In the end it's about someone's point of view and their responsibility to it.
I've come across someone who claims to be a jack(or rather master)-of-all
trades: has a degree in CS and an MBA and has worked in Sales, CTO, R & D.
Says he's not an ordinary freelancer and builds end-to-end systems and uses
PHP for the client and also Python on the server (has good reasons for it),
whilst also promotes his own version of cloud computing. I have a background
in Information System so am not quite the gung-ho programmer or engineer, but
am still able. I sort of want to put something out as sexy as possible that
works really well. I'd happily micromanage some monkeys to get it right, or
give an engineer more free reign. I'm still undecided. But yes, long term, if
it's successful, the system needs to be engineered really well, eg Craigslist.
Twitter might have been a quickly cobbled together RoR app initially.
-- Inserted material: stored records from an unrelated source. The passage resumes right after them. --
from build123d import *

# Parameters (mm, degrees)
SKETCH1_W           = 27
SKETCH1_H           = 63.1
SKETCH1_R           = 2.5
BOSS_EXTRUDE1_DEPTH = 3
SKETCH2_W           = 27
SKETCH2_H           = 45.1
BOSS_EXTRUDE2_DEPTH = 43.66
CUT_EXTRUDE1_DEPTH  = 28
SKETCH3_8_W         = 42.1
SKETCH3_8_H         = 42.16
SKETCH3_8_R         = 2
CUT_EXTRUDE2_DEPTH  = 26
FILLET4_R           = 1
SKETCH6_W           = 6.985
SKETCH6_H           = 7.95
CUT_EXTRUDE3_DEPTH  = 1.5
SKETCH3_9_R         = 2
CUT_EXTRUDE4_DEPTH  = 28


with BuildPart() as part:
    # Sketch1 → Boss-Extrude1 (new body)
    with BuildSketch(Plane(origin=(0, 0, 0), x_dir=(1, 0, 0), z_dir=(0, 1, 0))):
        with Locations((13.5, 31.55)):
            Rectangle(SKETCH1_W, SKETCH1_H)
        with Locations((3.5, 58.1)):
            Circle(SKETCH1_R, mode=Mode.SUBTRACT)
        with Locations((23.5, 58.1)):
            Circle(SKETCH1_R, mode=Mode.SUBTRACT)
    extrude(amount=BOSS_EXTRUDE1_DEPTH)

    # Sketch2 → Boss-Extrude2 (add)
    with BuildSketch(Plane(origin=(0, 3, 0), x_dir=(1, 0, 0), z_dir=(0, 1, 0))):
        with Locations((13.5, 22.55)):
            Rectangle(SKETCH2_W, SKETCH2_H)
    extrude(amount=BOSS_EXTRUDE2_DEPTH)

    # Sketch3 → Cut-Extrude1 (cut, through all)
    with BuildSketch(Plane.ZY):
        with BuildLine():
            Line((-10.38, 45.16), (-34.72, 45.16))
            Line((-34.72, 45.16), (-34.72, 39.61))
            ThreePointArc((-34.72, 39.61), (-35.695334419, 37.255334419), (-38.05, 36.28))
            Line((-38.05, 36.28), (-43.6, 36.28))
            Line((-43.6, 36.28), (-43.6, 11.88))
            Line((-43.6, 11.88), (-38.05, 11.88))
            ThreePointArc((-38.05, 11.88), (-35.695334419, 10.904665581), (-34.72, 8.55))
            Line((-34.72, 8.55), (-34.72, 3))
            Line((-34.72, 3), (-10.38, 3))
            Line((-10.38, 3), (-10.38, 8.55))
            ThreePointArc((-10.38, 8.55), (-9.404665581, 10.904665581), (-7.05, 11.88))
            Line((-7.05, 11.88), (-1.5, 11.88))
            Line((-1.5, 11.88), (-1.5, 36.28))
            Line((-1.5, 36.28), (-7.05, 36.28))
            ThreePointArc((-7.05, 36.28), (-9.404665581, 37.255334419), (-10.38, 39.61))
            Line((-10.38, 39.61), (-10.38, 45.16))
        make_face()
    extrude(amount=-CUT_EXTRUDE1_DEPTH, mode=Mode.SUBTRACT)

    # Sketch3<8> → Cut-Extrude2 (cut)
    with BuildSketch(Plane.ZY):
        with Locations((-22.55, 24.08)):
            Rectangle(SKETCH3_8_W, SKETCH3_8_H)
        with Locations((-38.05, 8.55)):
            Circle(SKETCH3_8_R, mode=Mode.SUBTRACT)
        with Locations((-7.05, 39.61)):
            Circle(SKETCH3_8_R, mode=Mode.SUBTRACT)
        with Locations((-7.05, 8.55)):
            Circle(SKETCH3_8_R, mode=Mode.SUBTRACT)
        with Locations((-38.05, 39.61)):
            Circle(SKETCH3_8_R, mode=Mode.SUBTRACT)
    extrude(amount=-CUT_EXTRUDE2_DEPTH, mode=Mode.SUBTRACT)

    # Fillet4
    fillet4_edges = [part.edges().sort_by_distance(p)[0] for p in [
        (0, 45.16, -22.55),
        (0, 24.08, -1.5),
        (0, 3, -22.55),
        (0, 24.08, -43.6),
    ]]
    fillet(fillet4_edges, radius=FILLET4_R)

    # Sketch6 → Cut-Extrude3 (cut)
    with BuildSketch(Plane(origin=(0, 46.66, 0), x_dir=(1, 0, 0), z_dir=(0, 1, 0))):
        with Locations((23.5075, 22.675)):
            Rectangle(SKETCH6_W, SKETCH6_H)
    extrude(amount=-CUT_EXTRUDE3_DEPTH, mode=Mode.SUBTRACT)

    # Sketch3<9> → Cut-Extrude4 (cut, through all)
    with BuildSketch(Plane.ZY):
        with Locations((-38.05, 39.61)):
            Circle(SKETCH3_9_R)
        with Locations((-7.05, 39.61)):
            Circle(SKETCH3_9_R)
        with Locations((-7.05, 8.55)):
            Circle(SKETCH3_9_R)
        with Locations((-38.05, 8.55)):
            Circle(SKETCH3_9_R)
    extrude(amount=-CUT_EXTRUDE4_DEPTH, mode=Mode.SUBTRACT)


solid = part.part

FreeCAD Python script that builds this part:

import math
import FreeCAD as App
import Part
import Sketcher
from FreeCAD import Vector
Q = App.Units.Quantity


def edges_at(feature, points):
    """Names of the edges that pass closest to the given points."""
    edges = feature.Shape.Edges
    near = lambda p: min(range(len(edges)), key=lambda i: edges[i].distToShape(Part.Vertex(*p))[0])
    return sorted({f"Edge{near(p) + 1}" for p in points})


def add_polygon(sketch, points):
    """Adds a closed chain of lines whose ends are joined by coincident constraints."""
    first, n = sketch.GeometryCount, len(points)
    for a, b in zip(points, points[1:] + points[:1]):
        sketch.addGeometry(Part.LineSegment(App.Vector(*a, 0), App.Vector(*b, 0)), False)
    for i in range(n):
        sketch.addConstraint(Sketcher.Constraint("Coincident", first + i, 2, first + (i + 1) % n, 1))

doc = App.newDocument("Part")
params = doc.addObject("Spreadsheet::Sheet", "Params")
for row, (alias, value) in enumerate([
    ("sketch1_diameter", "5 mm"),
    ("sketch1_width", "27 mm"),
    ("sketch1_height", "63.1 mm"),
    ("pad1_length", "3 mm"),
    ("sketch2_width", "27 mm"),
    ("sketch2_height", "45.1 mm"),
    ("pad2_length", "43.66 mm"),
    ("sketch3_radius", "3.33 mm"),
    ("sketch3_width", "24.4 mm"),
    ("sketch3_width2", "5.55 mm"),
    ("sketch4_diameter", "4 mm"),
    ("sketch4_height", "42.1 mm"),
    ("sketch4_width", "42.16 mm"),
    ("pocket2_length", "26 mm"),
    ("fillet_radius", "1 mm"),
    ("sketch5_height", "7.95 mm"),
    ("pocket3_length", "1.5 mm"),
    ("sketch6_diameter", "4 mm"),
], start=1):
    params.set(f"A{row}", alias)
    params.set(f"B{row}", "=" + value)
    params.setAlias(f"B{row}", alias)

body = doc.addObject("PartDesign::Body", "Body")

sketch1 = body.newObject("Sketcher::SketchObject", "Sketch")
sketch1.AttachmentSupport = (doc.getObject("XZ_Plane"), [""])
sketch1.MapMode = "FlatFace"
add_polygon(sketch1, [(0, -63.1), (0, 0), (27, 0), (27, -63.1)])
sketch1.addGeometry(Part.Circle(Vector(3.5, -58.1, 0), Vector(0, 0, 1), 2.5), False)
sketch1.addGeometry(Part.Circle(Vector(23.5, -58.1, 0), Vector(0, 0, 1), 2.5), False)
sketch1.addConstraint([
    Sketcher.Constraint("Vertical", 0),
    Sketcher.Constraint("Horizontal", 1),
    Sketcher.Constraint("Vertical", 2),
    Sketcher.Constraint("Horizontal", 3),
    Sketcher.Constraint("Coincident", 0, 2, -1, 1),
    Sketcher.Constraint("Equal", 4, 5),
    Sketcher.Constraint("Horizontal", 4, 3, 5, 3),
    Sketcher.Constraint("Diameter", 4, Q("5 mm")),
    Sketcher.Constraint("DistanceX", 1, 1, 1, 2, Q("27 mm")),
    Sketcher.Constraint("DistanceY", 0, 1, 0, 2, Q("63.1 mm")),
    Sketcher.Constraint("DistanceX", 4, 3, 5, 3, Q("20 mm")),
    Sketcher.Constraint("DistanceY", 2, 2, 5, 3, Q("5 mm")),
    Sketcher.Constraint("DistanceX", -1, 1, 4, 3, Q("3.5 mm")),
])
sketch1.setExpression("Constraints[11]", "Params.sketch1_diameter")
sketch1.setExpression("Constraints[12]", "Params.sketch1_width")
sketch1.setExpression("Constraints[13]", "Params.sketch1_height")
pad1 = body.newObject("PartDesign::Pad", "Pad")
pad1.Profile = sketch1
pad1.setExpression("Length", "Params.pad1_length")
pad1.Reversed = True

sketch2 = body.newObject("Sketcher::SketchObject", "Sketch001")
sketch2.AttachmentSupport = (doc.getObject("XZ_Plane"), [""])
sketch2.MapMode = "FlatFace"
sketch2.AttachmentOffset = App.Placement(Vector(0, 0, -3), App.Rotation())
add_polygon(sketch2, [(0, -45.1), (0, 0), (27, 0), (27, -45.1)])
sketch2.addConstraint([
    Sketcher.Constraint("Vertical", 0),
    Sketcher.Constraint("Horizontal", 1),
    Sketcher.Constraint("Vertical", 2),
    Sketcher.Constraint("Horizontal", 3),
    Sketcher.Constraint("Coincident", 0, 2, -1, 1),
    Sketcher.Constraint("DistanceX", 1, 1, 1, 2, Q("27 mm")),
    Sketcher.Constraint("DistanceY", 0, 1, 0, 2, Q("45.1 mm")),
])
sketch2.setExpression("Constraints[9]", "Params.sketch2_width")
sketch2.setExpression("Constraints[10]", "Params.sketch2_height")
pad2 = body.newObject("PartDesign::Pad", "Pad001")
pad2.Profile = sketch2
pad2.setExpression("Length", "Params.pad2_length")
pad2.Reversed = True

sketch3 = body.newObject("Sketcher::SketchObject", "Sketch002")
sketch3.AttachmentSupport = (doc.getObject("YZ_Plane"), [""])
sketch3.MapMode = "FlatFace"
sketch3.addGeometry([
    Part.LineSegment(Vector(45.16, -10.38, 0), Vector(45.16, -34.72, 0)),
    Part.LineSegment(Vector(45.16, -34.72, 0), Vector(39.61, -34.72, 0)),
    Part.ArcOfCircle(Part.Circle(Vector(39.61, -38.05, 0), Vector(0, 0, 1), 3.33), math.radians(90), math.radians(180)),
    Part.LineSegment(Vector(36.28, -38.05, 0), Vector(36.28, -43.6, 0)),
    Part.LineSegment(Vector(36.28, -43.6, 0), Vector(11.88, -43.6, 0)),
    Part.LineSegment(Vector(11.88, -43.6, 0), Vector(11.88, -38.05, 0)),
    Part.ArcOfCircle(Part.Circle(Vector(8.55, -38.05, 0), Vector(0, 0, 1), 3.33), math.radians(0), math.radians(90)),
    Part.LineSegment(Vector(8.55, -34.72, 0), Vector(3, -34.72, 0)),
    Part.LineSegment(Vector(3, -34.72, 0), Vector(3, -10.38, 0)),
    Part.LineSegment(Vector(3, -10.38, 0), Vector(8.55, -10.38, 0)),
    Part.ArcOfCircle(Part.Circle(Vector(8.55, -7.05, 0), Vector(0, 0, 1), 3.33), math.radians(-90), math.radians(0)),
    Part.LineSegment(Vector(11.88, -7.05, 0), Vector(11.88, -1.5, 0)),
    Part.LineSegment(Vector(11.88, -1.5, 0), Vector(36.28, -1.5, 0)),
    Part.LineSegment(Vector(36.28, -1.5, 0), Vector(36.28, -7.05, 0)),
    Part.ArcOfCircle(Part.Circle(Vector(39.61, -7.05, 0), Vector(0, 0, 1), 3.33), math.radians(-180), math.radians(-90)),
    Part.LineSegment(Vector(39.61, -10.38, 0), Vector(45.16, -10.38, 0)),
], False)
sketch3.addConstraint([
    Sketcher.Constraint("Coincident", 0, 2, 1, 1),
    Sketcher.Constraint("Tangent", 1, 2, 2, 1),
    Sketcher.Constraint("Tangent", 2, 2, 3, 1),
    Sketcher.Constraint("Coincident", 3, 2, 4, 1),
    Sketcher.Constraint("Coincident", 4, 2, 5, 1),
    Sketcher.Constraint("Tangent", 5, 2, 6, 1),
    Sketcher.Constraint("Tangent", 6, 2, 7, 1),
    Sketcher.Constraint("Coincident", 7, 2, 8, 1),
    Sketcher.Constraint("Coincident", 8, 2, 9, 1),
    Sketcher.Constraint("Tangent", 9, 2, 10, 1),
    Sketcher.Constraint("Tangent", 10, 2, 11, 1),
    Sketcher.Constraint("Coincident", 11, 2, 12, 1),
    Sketcher.Constraint("Coincident", 12, 2, 13, 1),
    Sketcher.Constraint("Tangent", 13, 2, 14, 1),
    Sketcher.Constraint("Tangent", 14, 2, 15, 1),
    Sketcher.Constraint("Coincident", 15, 2, 0, 1),
    Sketcher.Constraint("Vertical", 0),
    Sketcher.Constraint("Horizontal", 1),
    Sketcher.Constraint("Vertical", 3),
    Sketcher.Constraint("Horizontal", 4),
    Sketcher.Constraint("Vertical", 5),
    Sketcher.Constraint("Horizontal", 7),
    Sketcher.Constraint("Vertical", 8),
    Sketcher.Constraint("Horizontal", 9),
    Sketcher.Constraint("Vertical", 11),
    Sketcher.Constraint("Horizontal", 12),
    Sketcher.Constraint("Vertical", 13),
    Sketcher.Constraint("Horizontal", 15),
    Sketcher.Constraint("Equal", 2, 6),
    Sketcher.Constraint("Equal", 6, 10),
    Sketcher.Constraint("Equal", 10, 14),
    Sketcher.Constraint("Horizontal", 2, 3, 6, 3),
    Sketcher.Constraint("Horizontal", 10, 3, 14, 3),
    Sketcher.Constraint("Vertical", 6, 3, 10, 3),
    Sketcher.Constraint("Vertical", 2, 3, 14, 3),
    Sketcher.Constraint("Equal", 1, 7),
    Sketcher.Constraint("Equal", 15, 3),
    Sketcher.Constraint("Equal", 5, 11),
    Sketcher.Constraint("Radius", 2, Q("3.33 mm")),
    Sketcher.Constraint("DistanceX", 4, 2, 4, 1, Q("24.4 mm")),
    Sketcher.Constraint("DistanceX", -1, 1, 7, 2, Q("3 mm")),
    Sketcher.Constraint("DistanceY", 6, 3, 10, 3, Q("31 mm")),
    Sketcher.Constraint("DistanceX", 1, 2, 1, 1, Q("5.55 mm")),
    Sketcher.Constraint("DistanceY", 3, 2, -1, 1, Q("43.6 mm")),
])
sketch3.setExpression("Constraints[38]", "Params.sketch3_radius")
sketch3.setExpression("Constraints[39]", "Params.sketch3_width")
sketch3.setExpression("Constraints[42]", "Params.sketch3_width2")
pocket1 = body.newObject("PartDesign::Pocket", "Pocket")
pocket1.Profile = sketch3
pocket1.Type = "ThroughAll"
pocket1.Reversed = True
edit: don't know anything about DHH or Katz.

------
seasoup
After interviewing someone in person, so that you do not waste their time,
have them take some time to program a take home assignment in a language of
their choice. This assignment should take no more then a couple of hours and
they should be prepared to discuss why they implemented it in this way, what
alternatives there were, and why they did not use them. Ask them to also write
any testing code that would go along with the code, so you can see how they
write tests.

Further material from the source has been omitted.